Fig. 3.A 74-year-old woman (Patient 8) hemodynamically instable with massive bleeding from a 10 cm angiomyolipoma in the right upper pole (a,b). Angiography demonstrating several small aneurysms in relation to the angiomyolipoma (c,d). About one-third of the kidney was selectively embolized with use of microcoils (e). She had a compartment syndrome with bladder pressure up to 22 mmHg and inflammation after embolization and was on hemodialysis for a period, but recovered slowly and completely.

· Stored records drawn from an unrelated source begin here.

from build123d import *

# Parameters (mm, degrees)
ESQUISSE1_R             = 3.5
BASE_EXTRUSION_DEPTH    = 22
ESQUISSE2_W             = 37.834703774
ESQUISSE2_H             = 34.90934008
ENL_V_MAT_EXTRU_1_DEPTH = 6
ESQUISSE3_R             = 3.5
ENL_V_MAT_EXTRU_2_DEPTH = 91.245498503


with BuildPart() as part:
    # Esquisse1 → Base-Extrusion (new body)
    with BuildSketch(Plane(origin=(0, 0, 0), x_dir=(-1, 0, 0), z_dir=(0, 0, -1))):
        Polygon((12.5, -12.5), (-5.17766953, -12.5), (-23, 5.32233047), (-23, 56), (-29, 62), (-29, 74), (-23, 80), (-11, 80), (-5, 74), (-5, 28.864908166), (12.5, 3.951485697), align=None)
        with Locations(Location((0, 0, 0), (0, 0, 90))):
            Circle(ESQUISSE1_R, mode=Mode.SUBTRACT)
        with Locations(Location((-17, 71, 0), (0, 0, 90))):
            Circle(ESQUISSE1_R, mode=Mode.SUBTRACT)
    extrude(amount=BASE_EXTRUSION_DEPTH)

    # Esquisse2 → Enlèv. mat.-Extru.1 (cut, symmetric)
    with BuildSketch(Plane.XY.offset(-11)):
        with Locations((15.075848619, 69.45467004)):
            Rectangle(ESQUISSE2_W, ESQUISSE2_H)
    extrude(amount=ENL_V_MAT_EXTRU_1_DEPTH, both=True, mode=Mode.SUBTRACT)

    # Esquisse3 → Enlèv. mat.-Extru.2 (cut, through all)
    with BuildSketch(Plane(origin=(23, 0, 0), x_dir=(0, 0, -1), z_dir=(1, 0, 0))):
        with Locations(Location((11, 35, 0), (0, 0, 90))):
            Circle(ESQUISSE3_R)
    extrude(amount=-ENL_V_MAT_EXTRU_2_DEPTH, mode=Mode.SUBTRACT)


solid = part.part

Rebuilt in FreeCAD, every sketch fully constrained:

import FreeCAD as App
import Part
import Sketcher

V = App.Vector


def add_polygon(sketch, points):
    """Adds a closed chain of lines whose ends are joined by coincident constraints."""
    first, n = sketch.GeometryCount, len(points)
    for a, b in zip(points, points[1:] + points[:1]):
        sketch.addGeometry(Part.LineSegment(App.Vector(*a, 0), App.Vector(*b, 0)), False)
    for i in range(n):
        sketch.addConstraint(Sketcher.Constraint("Coincident", first + i, 2, first + (i + 1) % n, 1))

doc = App.newDocument("Part")
body = doc.addObject("PartDesign::Body", "Body")

# Sketch on XY plane
sketch1 = body.newObject("Sketcher::SketchObject", "Sketch")
sketch1.AttachmentSupport = (doc.getObject("XY_Plane"), [""])
sketch1.MapMode = "FlatFace"
add_polygon(sketch1, [(5.17767, -12.5), (-12.5, -12.5), (-12.5, 3.951486), (5, 28.864908), (5, 74), (11, 80), (23, 80), (29, 74), (29, 62), (23, 56), (23, 5.32233)])  # lines 0-10
sketch1.addGeometry(Part.Circle(V(0, 0, 0), V(0, 0, 1), 3.5), False)  # 11
sketch1.addGeometry(Part.Circle(V(17, 71, 0), V(0, 0, 1), 3.5), False)  # 12
sketch1.addConstraint(Sketcher.Constraint("Horizontal", 0))
sketch1.addConstraint(Sketcher.Constraint("Vertical", 1))
sketch1.addConstraint(Sketcher.Constraint("Vertical", 3))
sketch1.addConstraint(Sketcher.Constraint("Horizontal", 5))
sketch1.addConstraint(Sketcher.Constraint("Vertical", 7))
sketch1.addConstraint(Sketcher.Constraint("Vertical", 9))
sketch1.addConstraint(Sketcher.Constraint("Coincident", 11, 3, -1, 1))
sketch1.addConstraint(Sketcher.Constraint("Equal", 11, 12))
sketch1.addConstraint(Sketcher.Constraint("Perpendicular", 4, 6))
sketch1.addConstraint(Sketcher.Constraint("Perpendicular", 6, 8))
sketch1.addConstraint(Sketcher.Constraint("Parallel", 8, 10))
sketch1.addConstraint(Sketcher.Constraint("Horizontal", 3, 2, 6, 2))
sketch1.addConstraint(Sketcher.Constraint("Vertical", 5, 2, 8, 2))
sketch1.addConstraint(Sketcher.Constraint("Equal", 5, 7))
sketch1.addConstraint(Sketcher.Constraint("Equal", 4, 6))
sketch1.addConstraint(Sketcher.Constraint("Diameter", 11, 7.0))
sketch1.addConstraint(Sketcher.Constraint("DistanceX", 5, 1, 5, 2, 12.0))
sketch1.addConstraint(Sketcher.Constraint("DistanceX", -1, 1, 12, 3, 17.0))
sketch1.addConstraint(Sketcher.Constraint("DistanceY", -1, 1, 12, 3, 71.0))
sketch1.addConstraint(Sketcher.Constraint("DistanceX", -1, 1, 2, 2, 5.0))
sketch1.addConstraint(Sketcher.Constraint("DistanceY", -1, 1, 3, 2, 74.0))
sketch1.addConstraint(Sketcher.Constraint("DistanceX", -1, 1, 4, 2, 11.0))
sketch1.addConstraint(Sketcher.Constraint("DistanceX", 0, 2, -1, 1, 12.5))
sketch1.addConstraint(Sketcher.Constraint("DistanceY", 0, 2, -1, 1, 12.5))
sketch1.addConstraint(Sketcher.Constraint("DistanceX", 0, 2, 0, 1, 17.67767))
sketch1.addConstraint(Sketcher.Constraint("DistanceY", 3, 1, 3, 2, 45.135092))
sketch1.addConstraint(Sketcher.Constraint("DistanceY", 1, 1, 1, 2, 16.451486))
pad1 = body.newObject("PartDesign::Pad", "Pad")
pad1.Profile = sketch1
pad1.Length = 22
pad1.Reversed = True

# Sketch on XY plane
sketch2 = body.newObject("Sketcher::SketchObject", "Sketch001")
sketch2.AttachmentSupport = (doc.getObject("XY_Plane"), [""])
sketch2.MapMode = "FlatFace"
sketch2.AttachmentOffset = App.Placement(V(0, 0, -11), App.Rotation())
add_polygon(sketch2, [(-3.841503, 86.90934), (-3.841503, 52), (33.993201, 52), (33.993201, 86.90934)])  # lines 0-3
sketch2.addConstraint(Sketcher.Constraint("Vertical", 0))
sketch2.addConstraint(Sketcher.Constraint("Horizontal", 1))
sketch2.addConstraint(Sketcher.Constraint("Vertical", 2))
sketch2.addConstraint(Sketcher.Constraint("Horizontal", 3))
sketch2.addConstraint(Sketcher.Constraint("DistanceY", -1, 1, 0, 2, 52.0))
sketch2.addConstraint(Sketcher.Constraint("DistanceY", 0, 2, 0, 1, 34.90934))
sketch2.addConstraint(Sketcher.Constraint("DistanceX", -1, 1, 1, 2, 33.993201))
sketch2.addConstraint(Sketcher.Constraint("DistanceX", 1, 1, 1, 2, 37.834704))
pocket1 = body.newObject("PartDesign::Pocket", "Pocket")
pocket1.Profile = sketch2
pocket1.Length = 12
pocket1.Midplane = True

# Sketch on YZ plane
sketch3 = body.newObject("Sketcher::SketchObject", "Sketch002")
sketch3.AttachmentSupport = (doc.getObject("YZ_Plane"), [""])
sketch3.MapMode = "FlatFace"
sketch3.AttachmentOffset = App.Placement(V(0, 0, 23), App.Rotation())
sketch3.addGeometry(Part.Circle(V(35, -11, 0), V(0, 0, 1), 3.5), False)
sketch3.addConstraint(Sketcher.Constraint("Diameter", 0, 7.0))
sketch3.addConstraint(Sketcher.Constraint("DistanceX", -1, 1, 0, 3, 35.0))
sketch3.addConstraint(Sketcher.Constraint("DistanceY", 0, 3, -1, 1, 11.0))
pocket2 = body.newObject("PartDesign::Pocket", "Pocket001")
pocket2.Profile = sketch3
pocket2.Type = "ThroughAll"

doc.recompute()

Fig. 4.A 44-year-old woman (Patient 4) with an incidentally discovered 12 cm angiomyolipoma posterolaterally in the right kidney (a,b). Renography showed a distribution left/right kidney 59/41%. Selective embolization was intended, but was not possible and the procedure ended-up with embolization of the whole kidney with coils and a supplementary vascular plug (c,d). Follow-up after 7 months with CT (upper left, Hounsfields units [HU] of residual angiomyolipoma was –100) (e). After 2.5 years (f,g,h) MRI showed angiomyolipoma size 2.5 cm, right kidney size 5.2 cm, and left kidney size 11.4 cm. The total kidney function was normal (eGFR).
Fig. 5.A 54-year-old woman (Patient 1) 10 years after acute embolizaton of spontaneous bleeding from a 7 cm angiomyolipoma in left kidney. About one-third of the kidney was selectively embolized. At follow-up the residual tumor measured 2 cm and the renographic functional distribution of left/right kidney was 39/61% and the total kidney function (eGFR) was normal.